EXERCISE GOAL: Give again, word for word, every line in the entries below from the line with "f 149 121 87" up to and including the line with "f 127 97 117", and no other line.

[Stored entries]
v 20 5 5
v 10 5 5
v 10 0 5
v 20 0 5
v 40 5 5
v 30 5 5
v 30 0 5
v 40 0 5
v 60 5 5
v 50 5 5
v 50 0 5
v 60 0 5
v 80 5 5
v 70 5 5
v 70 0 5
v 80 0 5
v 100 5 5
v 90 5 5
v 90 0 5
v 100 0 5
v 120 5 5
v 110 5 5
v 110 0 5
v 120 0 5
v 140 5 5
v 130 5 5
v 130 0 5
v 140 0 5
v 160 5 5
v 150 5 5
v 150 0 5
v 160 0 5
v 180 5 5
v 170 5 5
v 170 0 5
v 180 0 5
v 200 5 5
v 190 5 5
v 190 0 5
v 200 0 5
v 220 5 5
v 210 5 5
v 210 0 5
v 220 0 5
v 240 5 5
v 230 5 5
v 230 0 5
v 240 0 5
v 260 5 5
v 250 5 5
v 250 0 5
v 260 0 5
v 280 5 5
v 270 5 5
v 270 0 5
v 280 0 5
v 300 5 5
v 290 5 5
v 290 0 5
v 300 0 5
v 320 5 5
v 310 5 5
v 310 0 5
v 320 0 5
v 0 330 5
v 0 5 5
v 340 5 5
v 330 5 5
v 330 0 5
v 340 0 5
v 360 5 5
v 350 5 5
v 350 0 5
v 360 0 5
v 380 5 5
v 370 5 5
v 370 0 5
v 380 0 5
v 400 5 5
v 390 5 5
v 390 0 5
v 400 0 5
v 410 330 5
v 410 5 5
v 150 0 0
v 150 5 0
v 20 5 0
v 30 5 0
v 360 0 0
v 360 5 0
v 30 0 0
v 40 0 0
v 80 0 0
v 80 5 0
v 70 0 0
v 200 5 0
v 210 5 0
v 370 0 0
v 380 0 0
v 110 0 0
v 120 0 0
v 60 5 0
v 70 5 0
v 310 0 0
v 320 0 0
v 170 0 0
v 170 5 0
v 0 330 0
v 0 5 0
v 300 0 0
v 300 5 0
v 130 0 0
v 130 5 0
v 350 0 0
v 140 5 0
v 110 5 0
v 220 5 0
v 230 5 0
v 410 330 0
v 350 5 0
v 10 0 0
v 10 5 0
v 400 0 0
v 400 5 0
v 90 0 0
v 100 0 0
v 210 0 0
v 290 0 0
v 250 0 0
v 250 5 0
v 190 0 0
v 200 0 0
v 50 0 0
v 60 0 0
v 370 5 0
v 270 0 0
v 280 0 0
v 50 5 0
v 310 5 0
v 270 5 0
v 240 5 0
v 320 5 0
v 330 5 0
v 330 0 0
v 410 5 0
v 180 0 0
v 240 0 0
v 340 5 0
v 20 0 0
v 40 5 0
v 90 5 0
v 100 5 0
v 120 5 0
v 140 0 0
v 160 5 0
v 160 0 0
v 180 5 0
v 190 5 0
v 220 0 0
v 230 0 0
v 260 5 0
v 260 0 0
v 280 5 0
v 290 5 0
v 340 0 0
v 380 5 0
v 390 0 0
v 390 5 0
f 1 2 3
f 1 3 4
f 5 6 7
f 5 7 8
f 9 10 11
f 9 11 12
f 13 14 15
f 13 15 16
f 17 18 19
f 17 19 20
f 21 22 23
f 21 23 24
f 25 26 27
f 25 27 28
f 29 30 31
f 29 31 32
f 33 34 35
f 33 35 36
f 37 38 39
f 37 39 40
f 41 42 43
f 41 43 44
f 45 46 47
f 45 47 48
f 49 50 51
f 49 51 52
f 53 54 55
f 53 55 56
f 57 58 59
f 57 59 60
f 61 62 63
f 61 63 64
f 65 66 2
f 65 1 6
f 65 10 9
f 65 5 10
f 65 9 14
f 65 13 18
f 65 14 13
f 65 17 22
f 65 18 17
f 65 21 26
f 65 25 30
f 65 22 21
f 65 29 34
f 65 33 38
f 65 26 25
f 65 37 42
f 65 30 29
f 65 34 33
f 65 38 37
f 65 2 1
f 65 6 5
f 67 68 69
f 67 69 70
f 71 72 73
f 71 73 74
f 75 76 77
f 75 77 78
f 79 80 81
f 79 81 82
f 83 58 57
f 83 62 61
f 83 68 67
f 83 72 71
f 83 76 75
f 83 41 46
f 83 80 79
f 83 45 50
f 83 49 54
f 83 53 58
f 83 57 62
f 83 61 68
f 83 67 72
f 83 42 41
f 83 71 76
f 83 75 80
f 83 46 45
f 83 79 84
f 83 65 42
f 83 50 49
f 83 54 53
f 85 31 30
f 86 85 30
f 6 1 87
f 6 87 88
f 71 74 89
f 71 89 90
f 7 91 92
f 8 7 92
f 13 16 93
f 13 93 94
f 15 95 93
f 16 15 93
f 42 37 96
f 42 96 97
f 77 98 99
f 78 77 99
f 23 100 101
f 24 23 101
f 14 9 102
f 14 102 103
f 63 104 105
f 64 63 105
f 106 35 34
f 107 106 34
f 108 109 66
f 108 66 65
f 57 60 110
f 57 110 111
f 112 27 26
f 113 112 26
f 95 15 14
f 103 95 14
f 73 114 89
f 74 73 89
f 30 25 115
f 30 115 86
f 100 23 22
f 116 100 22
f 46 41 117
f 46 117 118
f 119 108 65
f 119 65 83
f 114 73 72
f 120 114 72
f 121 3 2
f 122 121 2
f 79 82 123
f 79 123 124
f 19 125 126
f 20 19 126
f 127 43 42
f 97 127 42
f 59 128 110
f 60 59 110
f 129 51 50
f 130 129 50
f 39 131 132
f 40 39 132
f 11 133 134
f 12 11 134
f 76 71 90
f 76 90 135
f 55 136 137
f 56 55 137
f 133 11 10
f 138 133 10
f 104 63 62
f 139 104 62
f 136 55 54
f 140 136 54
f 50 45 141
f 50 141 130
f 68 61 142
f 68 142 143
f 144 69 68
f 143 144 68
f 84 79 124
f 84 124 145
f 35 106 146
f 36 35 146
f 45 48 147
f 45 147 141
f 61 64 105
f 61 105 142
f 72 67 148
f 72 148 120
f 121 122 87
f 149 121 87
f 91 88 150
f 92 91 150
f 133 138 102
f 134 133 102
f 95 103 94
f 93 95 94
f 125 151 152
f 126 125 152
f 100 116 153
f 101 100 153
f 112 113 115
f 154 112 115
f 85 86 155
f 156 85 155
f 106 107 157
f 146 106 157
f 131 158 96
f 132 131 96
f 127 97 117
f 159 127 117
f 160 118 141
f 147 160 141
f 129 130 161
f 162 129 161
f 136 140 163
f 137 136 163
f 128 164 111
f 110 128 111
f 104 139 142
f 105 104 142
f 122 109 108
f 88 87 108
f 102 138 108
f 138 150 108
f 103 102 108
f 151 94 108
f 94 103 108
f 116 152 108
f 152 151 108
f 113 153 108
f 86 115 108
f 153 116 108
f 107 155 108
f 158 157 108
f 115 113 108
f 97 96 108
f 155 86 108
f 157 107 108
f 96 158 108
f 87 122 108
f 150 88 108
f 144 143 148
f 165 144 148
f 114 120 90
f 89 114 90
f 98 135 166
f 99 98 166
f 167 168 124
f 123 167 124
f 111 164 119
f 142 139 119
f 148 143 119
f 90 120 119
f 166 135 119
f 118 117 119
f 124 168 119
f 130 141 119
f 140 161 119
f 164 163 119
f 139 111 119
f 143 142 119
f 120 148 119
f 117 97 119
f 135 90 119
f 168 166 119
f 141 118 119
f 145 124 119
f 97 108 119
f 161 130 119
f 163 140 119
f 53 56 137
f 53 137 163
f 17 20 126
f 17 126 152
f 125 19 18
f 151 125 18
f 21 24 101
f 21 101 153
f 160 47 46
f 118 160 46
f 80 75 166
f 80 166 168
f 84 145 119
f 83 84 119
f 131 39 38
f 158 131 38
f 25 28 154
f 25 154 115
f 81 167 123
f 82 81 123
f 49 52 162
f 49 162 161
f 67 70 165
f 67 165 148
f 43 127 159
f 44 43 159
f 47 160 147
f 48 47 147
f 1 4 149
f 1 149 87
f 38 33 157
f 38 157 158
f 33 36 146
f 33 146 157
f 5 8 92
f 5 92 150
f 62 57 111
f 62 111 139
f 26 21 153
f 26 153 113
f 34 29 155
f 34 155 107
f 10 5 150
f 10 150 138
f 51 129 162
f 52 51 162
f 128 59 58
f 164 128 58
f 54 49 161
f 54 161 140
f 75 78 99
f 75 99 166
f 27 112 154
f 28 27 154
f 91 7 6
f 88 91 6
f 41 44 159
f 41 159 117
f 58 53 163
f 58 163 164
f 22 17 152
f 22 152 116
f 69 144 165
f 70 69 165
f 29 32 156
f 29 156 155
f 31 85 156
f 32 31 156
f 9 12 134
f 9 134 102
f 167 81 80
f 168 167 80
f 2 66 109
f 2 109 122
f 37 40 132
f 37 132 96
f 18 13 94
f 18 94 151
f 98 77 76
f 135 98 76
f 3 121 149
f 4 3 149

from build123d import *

# Parameters (mm, degrees)
ESQUISSE1_W             = 410
ESQUISSE1_H             = 330
BOSS_EXTRU_1_DEPTH      = 5
ESQUISSE2_W             = 10
ESQUISSE2_H             = 5
ENL_V_MAT_EXTRU_1_DEPTH = 527.331644498


with BuildPart() as part:
    # Esquisse1 → Boss.-Extru.1 (new body)
    with BuildSketch(Plane.XY):
        with Locations((205, 165)):
            Rectangle(ESQUISSE1_W, ESQUISSE1_H)
    extrude(amount=BOSS_EXTRU_1_DEPTH)

    # Esquisse2 → Enlèv. mat.-Extru.1 (cut, through all)
    with BuildSketch(Plane.XY.offset(5)):
        with Locations((25, 2.5)):
            Rectangle(ESQUISSE2_W, ESQUISSE2_H)
        with Locations((5, 2.5)):
            Rectangle(ESQUISSE2_W, ESQUISSE2_H)
        with Locations((45, 2.5)):
            Rectangle(ESQUISSE2_W, ESQUISSE2_H)
        with Locations((65, 2.5)):
            Rectangle(ESQUISSE2_W, ESQUISSE2_H)
        with Locations((85, 2.5)):
            Rectangle(ESQUISSE2_W, ESQUISSE2_H)
        with Locations((105, 2.5)):
            Rectangle(ESQUISSE2_W, ESQUISSE2_H)
        with Locations((125, 2.5)):
            Rectangle(ESQUISSE2_W, ESQUISSE2_H)
        with Locations((145, 2.5)):
            Rectangle(ESQUISSE2_W, ESQUISSE2_H)
        with Locations((165, 2.5)):
            Rectangle(ESQUISSE2_W, ESQUISSE2_H)
        with Locations((185, 2.5)):
            Rectangle(ESQUISSE2_W, ESQUISSE2_H)
        with Locations((205, 2.5)):
            Rectangle(ESQUISSE2_W, ESQUISSE2_H)
        with Locations((225, 2.5)):
            Rectangle(ESQUISSE2_W, ESQUISSE2_H)
        with Locations((245, 2.5)):
            Rectangle(ESQUISSE2_W, ESQUISSE2_H)
        with Locations((265, 2.5)):
            Rectangle(ESQUISSE2_W, ESQUISSE2_H)
        with Locations((285, 2.5)):
            Rectangle(ESQUISSE2_W, ESQUISSE2_H)
        with Locations((305, 2.5)):
            Rectangle(ESQUISSE2_W, ESQUISSE2_H)
        with Locations((325, 2.5)):
            Rectangle(ESQUISSE2_W, ESQUISSE2_H)
        with Locations((345, 2.5)):
            Rectangle(ESQUISSE2_W, ESQUISSE2_H)
        with Locations((365, 2.5)):
            Rectangle(ESQUISSE2_W, ESQUISSE2_H)
        with Locations((385, 2.5)):
            Rectangle(ESQUISSE2_W, ESQUISSE2_H)
        with Locations((405, 2.5)):
            Rectangle(ESQUISSE2_W, ESQUISSE2_H)
    extrude(amount=-ENL_V_MAT_EXTRU_1_DEPTH, mode=Mode.SUBTRACT)


solid = part.part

THE COMPLETED TASK:
f 149 121 87
f 91 88 150
f 92 91 150
f 133 138 102
f 134 133 102
f 95 103 94
f 93 95 94
f 125 151 152
f 126 125 152
f 100 116 153
f 101 100 153
f 112 113 115
f 154 112 115
f 85 86 155
f 156 85 155
f 106 107 157
f 146 106 157
f 131 158 96
f 132 131 96
f 127 97 117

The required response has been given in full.